Slabs with a thickness of 250 mm are loaded into methodological furnaces and heated to austenization temperature T _a = 1250 ° C. The heated slabs are discharged onto the furnace rolling table of a continuous broadband mill 2000 and subjected to rolling in a roughing group of stands (rough rolling) to an intermediate thickness of 40 mm. Then the roll at a temperature of 970 ° C is set into a continuous 7-stand finishing group of stands, where it is crimped to a final thickness of 8 mm. The regulated temperature of the end of rolling T _KP = 850 ° C is supported by a change in the rolling speed and intercell cooling of the strip.

Laminated strip is issued to the discharge roller table, where it is cooled with water to a winding temperature T _cm = 620 ° C. The cooled strip is wound onto a roll.

The options for rolling strips in various modes from steels of various compositions are given in Table 3.

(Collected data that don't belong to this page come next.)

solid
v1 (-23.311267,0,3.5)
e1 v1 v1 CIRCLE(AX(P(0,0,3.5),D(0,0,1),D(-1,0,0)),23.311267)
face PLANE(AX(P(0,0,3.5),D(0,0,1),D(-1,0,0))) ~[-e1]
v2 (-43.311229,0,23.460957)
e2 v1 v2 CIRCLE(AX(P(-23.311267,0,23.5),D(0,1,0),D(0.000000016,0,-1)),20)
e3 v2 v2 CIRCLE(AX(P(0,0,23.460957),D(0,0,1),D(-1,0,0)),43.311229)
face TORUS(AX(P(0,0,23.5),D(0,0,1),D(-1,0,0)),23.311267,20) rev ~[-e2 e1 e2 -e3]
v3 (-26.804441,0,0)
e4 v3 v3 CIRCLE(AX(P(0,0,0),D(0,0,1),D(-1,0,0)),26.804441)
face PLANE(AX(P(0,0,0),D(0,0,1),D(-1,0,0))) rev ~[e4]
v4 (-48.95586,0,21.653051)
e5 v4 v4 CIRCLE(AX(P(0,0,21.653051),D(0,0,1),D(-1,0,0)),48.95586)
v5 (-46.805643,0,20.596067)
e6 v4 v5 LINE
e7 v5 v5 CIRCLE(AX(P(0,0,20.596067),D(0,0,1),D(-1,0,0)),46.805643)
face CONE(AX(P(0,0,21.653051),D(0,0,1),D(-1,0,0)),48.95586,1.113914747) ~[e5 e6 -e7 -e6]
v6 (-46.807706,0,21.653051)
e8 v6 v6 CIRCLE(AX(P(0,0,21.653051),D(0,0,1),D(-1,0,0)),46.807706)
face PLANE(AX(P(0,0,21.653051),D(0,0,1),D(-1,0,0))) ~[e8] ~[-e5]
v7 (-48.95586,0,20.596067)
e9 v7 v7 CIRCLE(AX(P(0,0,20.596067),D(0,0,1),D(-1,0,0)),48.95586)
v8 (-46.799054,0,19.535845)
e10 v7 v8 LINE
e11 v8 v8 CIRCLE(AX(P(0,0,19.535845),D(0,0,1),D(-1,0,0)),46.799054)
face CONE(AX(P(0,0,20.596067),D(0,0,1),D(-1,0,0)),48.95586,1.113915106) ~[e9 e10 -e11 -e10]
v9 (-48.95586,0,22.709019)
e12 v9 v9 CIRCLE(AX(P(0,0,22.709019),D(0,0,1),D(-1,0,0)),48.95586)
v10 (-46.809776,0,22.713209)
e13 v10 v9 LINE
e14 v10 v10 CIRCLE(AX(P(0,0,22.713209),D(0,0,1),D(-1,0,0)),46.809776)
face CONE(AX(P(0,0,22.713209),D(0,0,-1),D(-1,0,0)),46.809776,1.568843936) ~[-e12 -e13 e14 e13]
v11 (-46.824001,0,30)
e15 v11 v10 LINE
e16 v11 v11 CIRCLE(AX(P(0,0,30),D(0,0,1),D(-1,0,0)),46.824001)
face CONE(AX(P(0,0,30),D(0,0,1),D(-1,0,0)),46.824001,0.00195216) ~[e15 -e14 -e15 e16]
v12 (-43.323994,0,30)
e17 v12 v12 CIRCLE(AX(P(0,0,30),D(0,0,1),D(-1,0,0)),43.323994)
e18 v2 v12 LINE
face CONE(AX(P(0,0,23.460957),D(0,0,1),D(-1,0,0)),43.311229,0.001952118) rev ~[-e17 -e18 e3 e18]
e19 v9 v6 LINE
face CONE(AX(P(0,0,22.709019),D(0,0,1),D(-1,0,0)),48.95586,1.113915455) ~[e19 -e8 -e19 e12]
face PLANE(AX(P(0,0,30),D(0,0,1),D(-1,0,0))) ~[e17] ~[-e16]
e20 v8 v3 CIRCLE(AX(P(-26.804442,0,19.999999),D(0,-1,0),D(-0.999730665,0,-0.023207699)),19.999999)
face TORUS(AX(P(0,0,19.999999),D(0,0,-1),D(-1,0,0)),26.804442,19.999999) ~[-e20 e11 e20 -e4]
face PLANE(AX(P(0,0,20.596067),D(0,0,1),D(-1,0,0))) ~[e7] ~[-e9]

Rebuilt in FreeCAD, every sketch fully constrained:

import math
import FreeCAD as App
import Part
import Sketcher
Q = App.Units.Quantity

doc = App.newDocument("Part")
body = doc.addObject("PartDesign::Body", "Body")

sketch1 = body.newObject("Sketcher::SketchObject", "Sketch")
sketch1.AttachmentSupport = (doc.getObject("XZ_Plane"), [""])
sketch1.MapMode = "FlatFace"
sketch1.addGeometry([
    Part.LineSegment(App.Vector(-26.8, 0, 0), App.Vector(0, 0, 0)),
    Part.LineSegment(App.Vector(0, 0, 0), App.Vector(0, 3.5, 0)),
    Part.LineSegment(App.Vector(0, 3.5, 0), App.Vector(-23.3, 3.5, 0)),
    Part.ArcOfCircle(Part.Circle(App.Vector(-23.3, 23.5, 0), App.Vector(0, 0, 1), 20), math.radians(-180), math.radians(-90)),
    Part.LineSegment(App.Vector(-43.3, 23.5, 0), App.Vector(-43.3, 30, 0)),
    Part.LineSegment(App.Vector(-43.3, 30, 0), App.Vector(-46.8, 30, 0)),
    Part.LineSegment(App.Vector(-46.8, 30, 0), App.Vector(-46.8, 22.7, 0)),
    Part.LineSegment(App.Vector(-46.8, 22.7, 0), App.Vector(-49, 22.7, 0)),
    Part.LineSegment(App.Vector(-49, 22.7, 0), App.Vector(-46.8, 21.7, 0)),
    Part.LineSegment(App.Vector(-46.8, 21.7, 0), App.Vector(-49, 21.7, 0)),
    Part.LineSegment(App.Vector(-49, 21.7, 0), App.Vector(-46.8, 20.6, 0)),
    Part.LineSegment(App.Vector(-46.8, 20.6, 0), App.Vector(-49, 20.6, 0)),
    Part.LineSegment(App.Vector(-49, 20.6, 0), App.Vector(-46.8, 19.5, 0)),
    Part.ArcOfCircle(Part.Circle(App.Vector(-26.8, 20, 0), App.Vector(0, 0, 1), 20), math.radians(-179), math.radians(-90)),
], False)
sketch1.addConstraint([
    Sketcher.Constraint("Coincident", 0, 2, 1, 1),
    Sketcher.Constraint("Coincident", 1, 2, 2, 1),
    Sketcher.Constraint("Tangent", 2, 2, 3, 2),
    Sketcher.Constraint("Tangent", 3, 1, 4, 1),
    Sketcher.Constraint("Coincident", 4, 2, 5, 1),
    Sketcher.Constraint("Coincident", 5, 2, 6, 1),
    Sketcher.Constraint("Coincident", 6, 2, 7, 1),
    Sketcher.Constraint("Coincident", 7, 2, 8, 1),
    Sketcher.Constraint("Coincident", 8, 2, 9, 1),
    Sketcher.Constraint("Coincident", 9, 2, 10, 1),
    Sketcher.Constraint("Coincident", 10, 2, 11, 1),
    Sketcher.Constraint("Coincident", 11, 2, 12, 1),
    Sketcher.Constraint("Coincident", 12, 2, 13, 1),
    Sketcher.Constraint("Tangent", 13, 2, 0, 1),
    Sketcher.Constraint("Horizontal", 0),
    Sketcher.Constraint("Vertical", 1),
    Sketcher.Constraint("Horizontal", 2),
    Sketcher.Constraint("Horizontal", 5),
    Sketcher.Constraint("Horizontal", 9),
    Sketcher.Constraint("Horizontal", 11),
    Sketcher.Constraint("Coincident", 0, 2, -1, 1),
    Sketcher.Constraint("Equal", 3, 13),
    Sketcher.Constraint("Parallel", 4, 6),
    Sketcher.Constraint("Perpendicular", 6, 7),
    Sketcher.Constraint("Parallel", 8, 10),
    Sketcher.Constraint("Parallel", 10, 12),
    Sketcher.Constraint("Vertical", 7, 2, 9, 2),
    Sketcher.Constraint("Vertical", 9, 2, 11, 2),
    Sketcher.Constraint("Radius", 3, Q("20 mm")),
    Sketcher.Constraint("DistanceY", 1, 1, 1, 2, Q("3.5 mm")),
    Sketcher.Constraint("DistanceY", -1, 1, 4, 2, Q("30 mm")),
    Sketcher.Constraint("DistanceX", 5, 2, -1, 1, Q("46.824001 mm")),
    Sketcher.Constraint("DistanceX", 0, 1, 0, 2, Q("26.804441 mm")),
    Sketcher.Constraint("Distance", 7, Q("2.146088 mm")),
    Sketcher.Constraint("DistanceX", 2, 2, 2, 1, Q("23.311267 mm")),
    Sketcher.Constraint("DistanceX", 5, 2, 5, 1, Q("3.500007 mm")),
    Sketcher.Constraint("DistanceX", 9, 2, 9, 1, Q("2.148154 mm")),
    Sketcher.Constraint("DistanceX", 11, 2, 11, 1, Q("2.150217 mm")),
    Sketcher.Constraint("DistanceY", -1, 1, 6, 2, Q("22.713209 mm")),
    Sketcher.Constraint("DistanceY", -1, 1, 8, 2, Q("21.653051 mm")),
])
revolution = body.newObject("PartDesign::Revolution", "Revolution")
revolution.Profile = sketch1
revolution.ReferenceAxis = (sketch1, ["V_Axis"])
revolution.Angle = 360

doc.recompute()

From table 3 it follows that when implementing the proposed method (options No. 2-4), an increase in mechanical properties and weldability is achieved. In the case of transcendental values of the declared parameters (options No. 1 and No. 5), the mechanical properties and weldability of the strips deteriorate. Also, lower properties and weldability are strips produced according to the prototype method (option No. 6).

The technical and economic advantages of the proposed method are that heating slabs of low alloy steel of the proposed composition to a temperature of 1220-1280 ° C, their subsequent hot rolling into strips of a given thickness with a temperature of rolling end of 820-880 ° C and cooling with water to a winding temperature of 580 -200 ° C provides the formation of the optimal fine-grained ferritic-pearlite microstructure of steel. Due to this, an increase in mechanical properties, weldability of strips with minimal alloying is achieved. This helps to reduce production costs.

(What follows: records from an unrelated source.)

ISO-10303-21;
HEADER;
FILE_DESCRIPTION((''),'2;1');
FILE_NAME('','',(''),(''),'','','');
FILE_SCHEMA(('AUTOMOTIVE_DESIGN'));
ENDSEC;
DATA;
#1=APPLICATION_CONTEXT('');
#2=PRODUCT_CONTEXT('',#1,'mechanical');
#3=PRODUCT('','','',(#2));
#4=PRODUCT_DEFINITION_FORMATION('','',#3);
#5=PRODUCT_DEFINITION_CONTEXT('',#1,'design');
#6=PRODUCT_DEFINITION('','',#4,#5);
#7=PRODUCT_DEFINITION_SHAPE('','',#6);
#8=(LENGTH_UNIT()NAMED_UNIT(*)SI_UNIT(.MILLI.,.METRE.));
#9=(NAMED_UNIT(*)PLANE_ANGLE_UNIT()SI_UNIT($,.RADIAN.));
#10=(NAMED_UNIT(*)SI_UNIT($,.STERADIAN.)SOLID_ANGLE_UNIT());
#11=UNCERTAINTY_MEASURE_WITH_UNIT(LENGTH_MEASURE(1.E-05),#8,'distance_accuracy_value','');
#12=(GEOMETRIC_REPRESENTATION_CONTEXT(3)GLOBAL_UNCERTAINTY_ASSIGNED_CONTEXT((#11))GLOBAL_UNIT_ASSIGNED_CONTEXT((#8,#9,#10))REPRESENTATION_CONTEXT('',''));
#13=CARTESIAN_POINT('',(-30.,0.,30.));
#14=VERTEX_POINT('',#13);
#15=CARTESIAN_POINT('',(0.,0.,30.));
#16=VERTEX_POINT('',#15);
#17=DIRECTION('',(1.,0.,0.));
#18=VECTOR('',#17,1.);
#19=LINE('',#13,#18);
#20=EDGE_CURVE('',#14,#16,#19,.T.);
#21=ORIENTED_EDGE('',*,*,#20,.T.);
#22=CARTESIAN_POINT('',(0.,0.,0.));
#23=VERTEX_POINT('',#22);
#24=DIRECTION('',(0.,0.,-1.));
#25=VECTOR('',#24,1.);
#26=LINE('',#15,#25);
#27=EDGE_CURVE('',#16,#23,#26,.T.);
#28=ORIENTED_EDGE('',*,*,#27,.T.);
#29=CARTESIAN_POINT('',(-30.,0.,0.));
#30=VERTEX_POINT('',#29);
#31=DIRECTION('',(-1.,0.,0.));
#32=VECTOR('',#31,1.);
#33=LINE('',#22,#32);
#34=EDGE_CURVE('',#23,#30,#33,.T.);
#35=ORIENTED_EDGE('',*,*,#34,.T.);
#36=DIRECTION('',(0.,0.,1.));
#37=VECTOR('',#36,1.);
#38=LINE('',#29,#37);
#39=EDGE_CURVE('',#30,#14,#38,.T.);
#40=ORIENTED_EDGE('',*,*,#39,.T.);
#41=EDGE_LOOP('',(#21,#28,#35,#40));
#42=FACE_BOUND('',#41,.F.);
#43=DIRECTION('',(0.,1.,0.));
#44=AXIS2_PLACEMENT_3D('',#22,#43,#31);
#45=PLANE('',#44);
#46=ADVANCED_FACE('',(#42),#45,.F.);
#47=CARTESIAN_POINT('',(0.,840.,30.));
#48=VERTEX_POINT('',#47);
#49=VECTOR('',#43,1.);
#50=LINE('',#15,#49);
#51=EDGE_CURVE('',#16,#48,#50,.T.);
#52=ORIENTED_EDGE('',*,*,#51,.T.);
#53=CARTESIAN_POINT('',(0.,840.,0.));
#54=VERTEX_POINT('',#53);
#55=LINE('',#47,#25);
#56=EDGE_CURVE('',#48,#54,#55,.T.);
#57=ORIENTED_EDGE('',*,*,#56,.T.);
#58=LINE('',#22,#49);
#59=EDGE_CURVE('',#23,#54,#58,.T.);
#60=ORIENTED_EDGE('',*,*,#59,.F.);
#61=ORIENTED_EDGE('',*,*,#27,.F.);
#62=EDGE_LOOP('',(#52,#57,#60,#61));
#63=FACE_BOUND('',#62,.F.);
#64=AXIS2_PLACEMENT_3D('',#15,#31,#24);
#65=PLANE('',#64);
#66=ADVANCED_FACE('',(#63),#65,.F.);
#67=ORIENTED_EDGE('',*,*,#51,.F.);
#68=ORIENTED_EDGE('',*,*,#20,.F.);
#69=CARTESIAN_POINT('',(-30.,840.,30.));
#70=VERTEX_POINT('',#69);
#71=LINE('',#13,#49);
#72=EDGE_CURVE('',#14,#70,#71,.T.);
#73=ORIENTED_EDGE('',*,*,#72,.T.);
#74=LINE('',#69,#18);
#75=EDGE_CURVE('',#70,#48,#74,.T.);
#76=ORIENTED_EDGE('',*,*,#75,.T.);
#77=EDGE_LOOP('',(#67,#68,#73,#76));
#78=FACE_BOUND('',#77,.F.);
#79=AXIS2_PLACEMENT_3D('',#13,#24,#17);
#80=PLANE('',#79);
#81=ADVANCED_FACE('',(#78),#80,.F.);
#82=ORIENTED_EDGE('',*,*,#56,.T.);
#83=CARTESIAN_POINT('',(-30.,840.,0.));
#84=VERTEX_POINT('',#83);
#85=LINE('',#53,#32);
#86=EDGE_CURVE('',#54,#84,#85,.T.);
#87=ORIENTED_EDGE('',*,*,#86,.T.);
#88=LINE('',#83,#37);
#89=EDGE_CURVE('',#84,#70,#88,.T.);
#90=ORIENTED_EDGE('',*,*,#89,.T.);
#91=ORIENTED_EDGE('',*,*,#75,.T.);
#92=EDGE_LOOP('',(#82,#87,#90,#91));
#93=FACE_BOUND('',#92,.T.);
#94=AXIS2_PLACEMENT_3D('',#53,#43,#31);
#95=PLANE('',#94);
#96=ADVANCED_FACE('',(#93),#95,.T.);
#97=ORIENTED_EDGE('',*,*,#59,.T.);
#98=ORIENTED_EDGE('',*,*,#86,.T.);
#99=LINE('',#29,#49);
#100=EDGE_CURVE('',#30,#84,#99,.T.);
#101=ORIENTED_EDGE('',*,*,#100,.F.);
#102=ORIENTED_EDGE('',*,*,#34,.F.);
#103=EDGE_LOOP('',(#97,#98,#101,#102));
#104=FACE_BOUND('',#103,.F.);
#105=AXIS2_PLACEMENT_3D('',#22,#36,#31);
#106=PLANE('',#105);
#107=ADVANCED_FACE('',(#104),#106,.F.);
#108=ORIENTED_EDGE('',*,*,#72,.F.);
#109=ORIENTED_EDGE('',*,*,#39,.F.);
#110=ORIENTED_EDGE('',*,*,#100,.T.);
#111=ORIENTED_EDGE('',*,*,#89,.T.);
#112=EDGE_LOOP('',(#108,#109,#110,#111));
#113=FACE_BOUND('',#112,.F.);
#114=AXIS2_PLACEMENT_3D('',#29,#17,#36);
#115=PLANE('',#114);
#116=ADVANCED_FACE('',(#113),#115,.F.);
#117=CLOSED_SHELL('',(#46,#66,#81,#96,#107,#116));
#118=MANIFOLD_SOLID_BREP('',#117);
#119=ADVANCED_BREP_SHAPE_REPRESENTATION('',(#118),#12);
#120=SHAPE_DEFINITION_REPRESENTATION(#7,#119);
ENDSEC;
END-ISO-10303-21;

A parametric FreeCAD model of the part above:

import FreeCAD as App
import Part
import Sketcher

V = App.Vector


def add_polygon(sketch, points):
    """Adds a closed chain of lines whose ends are joined by coincident constraints."""
    first, n = sketch.GeometryCount, len(points)
    for a, b in zip(points, points[1:] + points[:1]):
        sketch.addGeometry(Part.LineSegment(App.Vector(*a, 0), App.Vector(*b, 0)), False)
    for i in range(n):
        sketch.addConstraint(Sketcher.Constraint("Coincident", first + i, 2, first + (i + 1) % n, 1))

doc = App.newDocument("Part")
body = doc.addObject("PartDesign::Body", "Body")

# Sketch on XZ plane
sketch1 = body.newObject("Sketcher::SketchObject", "Sketch")
sketch1.AttachmentSupport = (doc.getObject("XZ_Plane"), [""])
sketch1.MapMode = "FlatFace"
add_polygon(sketch1, [(0, 30), (0, 0), (-30, 0), (-30, 30)])  # lines 0-3
sketch1.addConstraint(Sketcher.Constraint("Vertical", 0))
sketch1.addConstraint(Sketcher.Constraint("Horizontal", 1))
sketch1.addConstraint(Sketcher.Constraint("Vertical", 2))
sketch1.addConstraint(Sketcher.Constraint("Horizontal", 3))
sketch1.addConstraint(Sketcher.Constraint("Coincident", 0, 2, -1, 1))
sketch1.addConstraint(Sketcher.Constraint("Equal", 3, 0))
sketch1.addConstraint(Sketcher.Constraint("DistanceX", 1, 2, 1, 1, 30.0))
pad1 = body.newObject("PartDesign::Pad", "Pad")
pad1.Profile = sketch1
pad1.Length = 840
pad1.Reversed = True

doc.recompute()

Using the proposed method will increase the profitability of steel production and strips for casing pipes of the northern version by 8-10%.

Sources of information:

1. Japanese application No. 61-163210, IPC C 21 D 8/00, 1986

2. Japanese application No. 61-223125, IPC C 21 D 8/02, C 22 C 38/54, 1986

3. Sailors Yu.I. and others. Steel for gas pipelines. M., Metallurgy, 1989, p.262-266 - prototype.

table 2
The chemical composition of low alloy steels Composition number The content of chemical elements, wt.% FROM Mn Si Al V and / or Nb Cr Ni Cu R S N Sa Fe 1 0.11 1.20 0.20 0.01 0.009 0.10 0.11 0.12 0.011 0.003 0.006 0.005 Rest 2 0.12 1.30 0.30 0.02 0.010 0.12 0.14 0.11 0.012 0.004 0.007 0.009 -: - 3 0.14 1.45 0.35 0.04 0,030 0.25 0.22 0.19 0.013 0.005 0.008 0.012 -: - 4 0.17 1,60 0.60 0.06 0,050 0.30 0.30 0.30 0.015 0.006 0.010 0,020 -: - 5 0.18 1.70 0.70 0,07 0,060 0.35 0.32 0.33 0.016 0.007 0.011 0,022 -: - 6 (prototype) 0.19 1.20 0.50 - - 0.28 0.25 0.27 0,032 0,036 0.007 - -: - Note: composition 6 additionally contains 0.07% As.

Table 3
Modes of production of strips of low alloy steel and their effectiveness Option No. Composition number Temperature conditions, ° С Mechanical properties Weldability T _a , ° C T _CP , ° C T _cm , ° C σ _in , N / mm ² σ _t , N / mm ² σ _t / σ _in δ ₄ ,% KCU ^-40 , J / cm ² KCV ^-20 , J / cm ² 1 5 1210 810 570 650 590 0.90 thirteen 37 34 unsatisfied. 2 2 1220 820 580 610 480 0.79 28 54 53 sat. 3 3 1250 850 620 560 420 0.75 thirty 58 57 sat. 4 4 1280 880 660 510 395 0.77 25 51 52 sat. 5 1 1290 890 670 450 395 0.87 22 44 43 unsatisfied. 6 6 1250 870 690 500 445 0.89 17 42 39 unsatisfied.

Claims (1)

1. Method for the production of strips of low alloy steel, including heating slabs, heating, rough rolling to an intermediate thickness and finishing rolling with a regulated temperature of the end of rolling, cooling with water to a winding temperature, characterized in that the steel contains the following ratio of components, wt.%: Carbon 0.12-0.17 Manganese 1.3-1.6 Silicon 0.3-0.6 Aluminum 0.02-0.06 Vanadium and / or niobium 0.01-0.05 Chromium No more than 0.3 Nickel No more than 0.3 Copper No more than 0.3 Phosphorus No more than 0.015 Sulfur No more than 0,006 Nitrogen No more than 0,010 Calcium No more than 0,02 Iron Rest the slabs are heated to 1220-1280 ° C, the temperature of the end of rolling is maintained in the range of 820-880 ° C, and the temperature of the winding is in the range of 580-660 ° C.